Un cimetière juif au Cap-Haïtien

Parmi les preuves concluantes de l'existence d'une vie juive organisée comptent certainement les cimetières particuliers desservant une communauté. Or, lors d'une brève visite au Cap, le soussigné a pu visiter le quartier du Calvaire1 également connu sous le nom du « Cimetière des Juifs . (ou en patois créole : « Cimetière à Juifs »).

C'est une agglomération serrée de maisonnettes en brique et en chaume, construites sur la route et avec des passages très étroits formant les ruelles du quartier. Aujourd'hui, rien ou presque rien ne subsiste à part le nom du quartier témoignant d'un passé juif; il n'y a pas de véritable cimetière (stèle ou pierre tombale). Pourtant, on m'a montré l'emplacement d'un tombeau rectangulaire encore visiblement marqué par des pierres; la direction axiale du tombeau est est-ouest. 

De plus, un habitant du quartier, M. Sylvestre Galbard, âgé de 74 ans, se souvient encore d'avoir vu des ossements lorsqu'il a construit sa maison, il y a plus d'un demi-siècle.

Nous nous trouvons là devant un phénomène nouveau, l'apparition de preuves tangibles de l'existence, sinon dans toute la « Partie française de Saint-Domingue », du moins dans son ancienne capitale (autrefois appelée Cap François, puis Cap Français), d'une communauté et d'une ville religieuse juive structurées. 

Cette affirmation a son intérêt non seulement en ce qui concerne Haïti, mais aussi dans l'historiographie juive en général, car elle s'inscrit dans le cadre des migrations et de l'établissement américain et caraïbéen des Juifs séfarades, pour la plupart des « Portugais » au XVIIe et XVIIIe siècles.

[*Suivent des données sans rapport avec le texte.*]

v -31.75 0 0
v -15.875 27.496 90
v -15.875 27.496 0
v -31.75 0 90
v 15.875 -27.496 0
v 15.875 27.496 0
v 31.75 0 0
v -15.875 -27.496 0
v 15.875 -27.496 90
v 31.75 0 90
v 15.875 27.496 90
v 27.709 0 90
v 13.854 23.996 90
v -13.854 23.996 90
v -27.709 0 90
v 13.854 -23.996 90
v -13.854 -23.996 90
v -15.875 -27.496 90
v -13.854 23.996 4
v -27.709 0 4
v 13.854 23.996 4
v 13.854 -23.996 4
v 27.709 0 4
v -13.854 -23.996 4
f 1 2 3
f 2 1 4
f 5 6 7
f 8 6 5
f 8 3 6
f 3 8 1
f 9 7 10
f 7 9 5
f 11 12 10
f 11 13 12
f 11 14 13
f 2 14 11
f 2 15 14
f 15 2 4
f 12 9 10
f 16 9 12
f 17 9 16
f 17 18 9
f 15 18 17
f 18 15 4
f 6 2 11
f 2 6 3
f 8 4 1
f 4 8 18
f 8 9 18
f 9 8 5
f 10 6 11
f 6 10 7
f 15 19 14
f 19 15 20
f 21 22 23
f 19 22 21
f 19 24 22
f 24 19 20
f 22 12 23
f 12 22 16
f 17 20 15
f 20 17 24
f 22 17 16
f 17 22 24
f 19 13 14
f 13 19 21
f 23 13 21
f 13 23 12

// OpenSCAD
// Hex Desk Organizer — Appy's Studio parametric generator
//
// A modular desk set: hexagonal cells that tessellate against each other, so a
// pen pot, a phone stand and a coaster sit together without gaps. The studio's
// own design — the existing modules are fixed at 31.75mm circumradius and
// 3.5mm walls, which is what `cell` and `wall` default to here, so a printed
// part still packs against the ones already on the desk.
//
// Magnet pockets go in the flats, not the base, so neighbouring cells hold on
// to each other rather than to the desk.

type = "pen";          // pen | marker | notes | cable | phone | coaster
cell = 31.75;          // circumradius — the studio standard
height = 90;
wall = 3.5;
base = 4.0;
magnets = false;
magnet_d = 6.2;        // 6mm magnet plus a printed-fit allowance
magnet_h = 3.2;

$fn = 64;

// A hexagon is specified by its circumradius; the flats sit at cr*cos(30).
apothem = cell * cos(30);
inner_apothem = apothem - wall;
inner_cell = inner_apothem / cos(30);

module hex(cr, h) {
    linear_extrude(height = h) circle(r = cr, $fn = 6);
}

// Straight-walled cup — the base for most of the modules.
module cup(h, floor_thickness) {
    difference() {
        hex(cell, h);
        translate([0, 0, floor_thickness])
            hex(inner_cell, h);
    }
}

// Pockets in each of the six flats, at mid-height, so cells snap side to side.
module magnet_pockets(h) {
    z = min(h / 2, max(magnet_d, 12));
    for (i = [0 : 5])
        rotate([0, 0, i * 60])
            translate([apothem - magnet_h, 0, z])
                rotate([0, 90, 0])
                    cylinder(d = magnet_d, h = magnet_h + 0.01, $fn = 32);
}

// Everything above the plane that meets the front flat at `front_z` and the
// back flat at `back_z`. Cutting downward-only matters: a cut that also leaned
// forward would slice the footprint back from a full hexagon, and then the cell
// no longer sits flush against its neighbours, which is the whole point of the
// system.
module slanted_top(front_z, back_z) {
    angle = atan2(back_z - front_z, 2 * apothem);
    big = cell * 6;
    translate([0, 0, (front_z + back_z) / 2])
        rotate([0, -angle, 0])
            translate([0, 0, big / 2])
                cube([big, big, big], center = true);
}

module body() {
    if (type == "pen") {
        cup(height, base);

    } else if (type == "marker") {
        // Markers are stubby, so this one is shorter and cut away at the front:
        // a low lip to hold them in, a high back so it still reads as a cell.
        h = max(30, height * 0.62);
        difference() {
            cup(h, base);
            slanted_top(h * 0.45, h);
        }

    } else if (type == "notes") {
        // A shallow well for a note block, open at the front so the top sheet
        // can be pulled off without lifting the pad out.
        h = max(20, height * 0.35);
        difference() {
            cup(h, base);
            slanted_top(base + 4, h);
        }

    } else if (type == "cable") {
        // Solid-ish block with slots across the top to drop cable ends into.
        h = max(18, height * 0.28);
        slot = 5;
        difference() {
            hex(cell, h);
            for (i = [-1, 0, 1])
                translate([i * (slot * 2.2), 0, h - slot * 0.8])
                    rotate([0, 0, 90])
                        union() {
                            // A keyhole: narrow at the top so the cable clips
                            // in and the plug end cannot pull back through.
                            translate([0, 0, slot * 0.8])
                                cube([cell * 3, slot * 0.62, slot * 1.6], center = true);
                            rotate([0, 90, 0])
                                cylinder(d = slot, h = cell * 3, center = true, $fn = 32);
                        }
        }

    } else if (type == "phone") {
        // A solid block with a leaning slot down the middle. 15 degrees off
        // vertical is where a phone stops trying to tip forward out of it.
        lean = 15;
        slot_w = 13;            // phone plus a case
        h = max(40, height * 0.62);
        slot_depth = h * 0.6;
        difference() {
            hex(cell, h);
            // The slot's floor sits at the rotation origin and it runs well
            // past the top, so the cut is open rather than a buried pocket.
            translate([0, 0, h - slot_depth])
                rotate([0, lean, 0])
                    translate([0, 0, slot_depth])
                        cube([slot_w, cell * 3, slot_depth * 2], center = true);
            // A charging cable reaches the port from underneath.
            translate([0, 0, -0.01])
                cylinder(d = 11, h = h - slot_depth + 2, $fn = 32);
        }

    } else {
        // coaster — a shallow dish with a raised rim
        h = max(6, base + 4);
        difference() {
            hex(cell, h);
            translate([0, 0, base])
                hex(inner_cell, h);
        }
    }
}

// Each type decides its own height from `height`; the magnet pockets have to
// sit inside whatever that turned out to be.
function finished_height() =
    type == "marker"  ? max(30, height * 0.62) :
    type == "notes"   ? max(20, height * 0.35) :
    type == "cable"   ? max(18, height * 0.28) :
    type == "phone"   ? max(40, height * 0.62) :
    type == "coaster" ? max(6, base + 4) :
                        height;

difference() {
    body();
    if (magnets) magnet_pockets(finished_height());
}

À partir de la deuxième moitié du XVIIe siècle, et en particulier après la reconquête du Brésil par les Portugais (Chute de Bahia : 1654), les réfugiés de cette ancienne colonie néerlandaise longeaient le sud des colonies anglaises de l'Amérique du Nord, le Mexique et les Caraïbes, où les communautés ont été fondés à la Jamaïque, au Surinam et à Curaçao et dans d'autres îles néerlandaises, ainsi qu'à la Barbade, à Nevis, aux Îles Vierges?

L'historiographie haïtienne, à ma connaissance, n'en fait pas état. Il est toutefois certain que des individus et des familles juives vivaient et faisaient du commerce dans la colonie de Saint-Domingue. Cela ressort clairement des documents d'archives2 ainsi que des ouvrages mémorialistes et chronographiques3.

La première mention d'une communauté à caractère religieux se trouve dans l'ouvrage d'Isaac A. Emmanuel4; il n'y est question que des Juifs de Curaçao qui se sont établis à Saint-Domingue, surtout au Cap, soit une cinquantaine de familles. Ces gens de Curaçao demandèrent à leur communauté mère l'envoi d'un ministre-officiant. La communauté de Curaçao délégua le Dr. Isaac Cardozo à cet effet5. Il serait intéressant de savoir s'il s'agissait d'une première organisation communautaire juive6 ou s'il y avait déjà auparavant une communauté du type de la « Nation Portugaise » de Bordeaux ou de Bayonne. On sait que les ports français de l'Atlantique, de la Rochelle, de Nantes, de Brest, de Rouen, partirent aussi certains Juifs?avant le Code noir de 1685, et d'autres en dépit de celui-ci7. Nous savons que la distinction entre Juifs et conversos (ou Nouveaux-Chrétiens) n'était pas facile à établir et qu'il y avait des conversions dans les îles8. Ce que nous ne savons pas encore c'est si (et dans l'affirmative, depuis quand) une communauté juive a existé avant ou parallèlement à celle de Curaçao.

La redécouverte du cimetière juif du Calvaire, au Cap-Haïtien, devrait stimuler des recherches dans ce sens.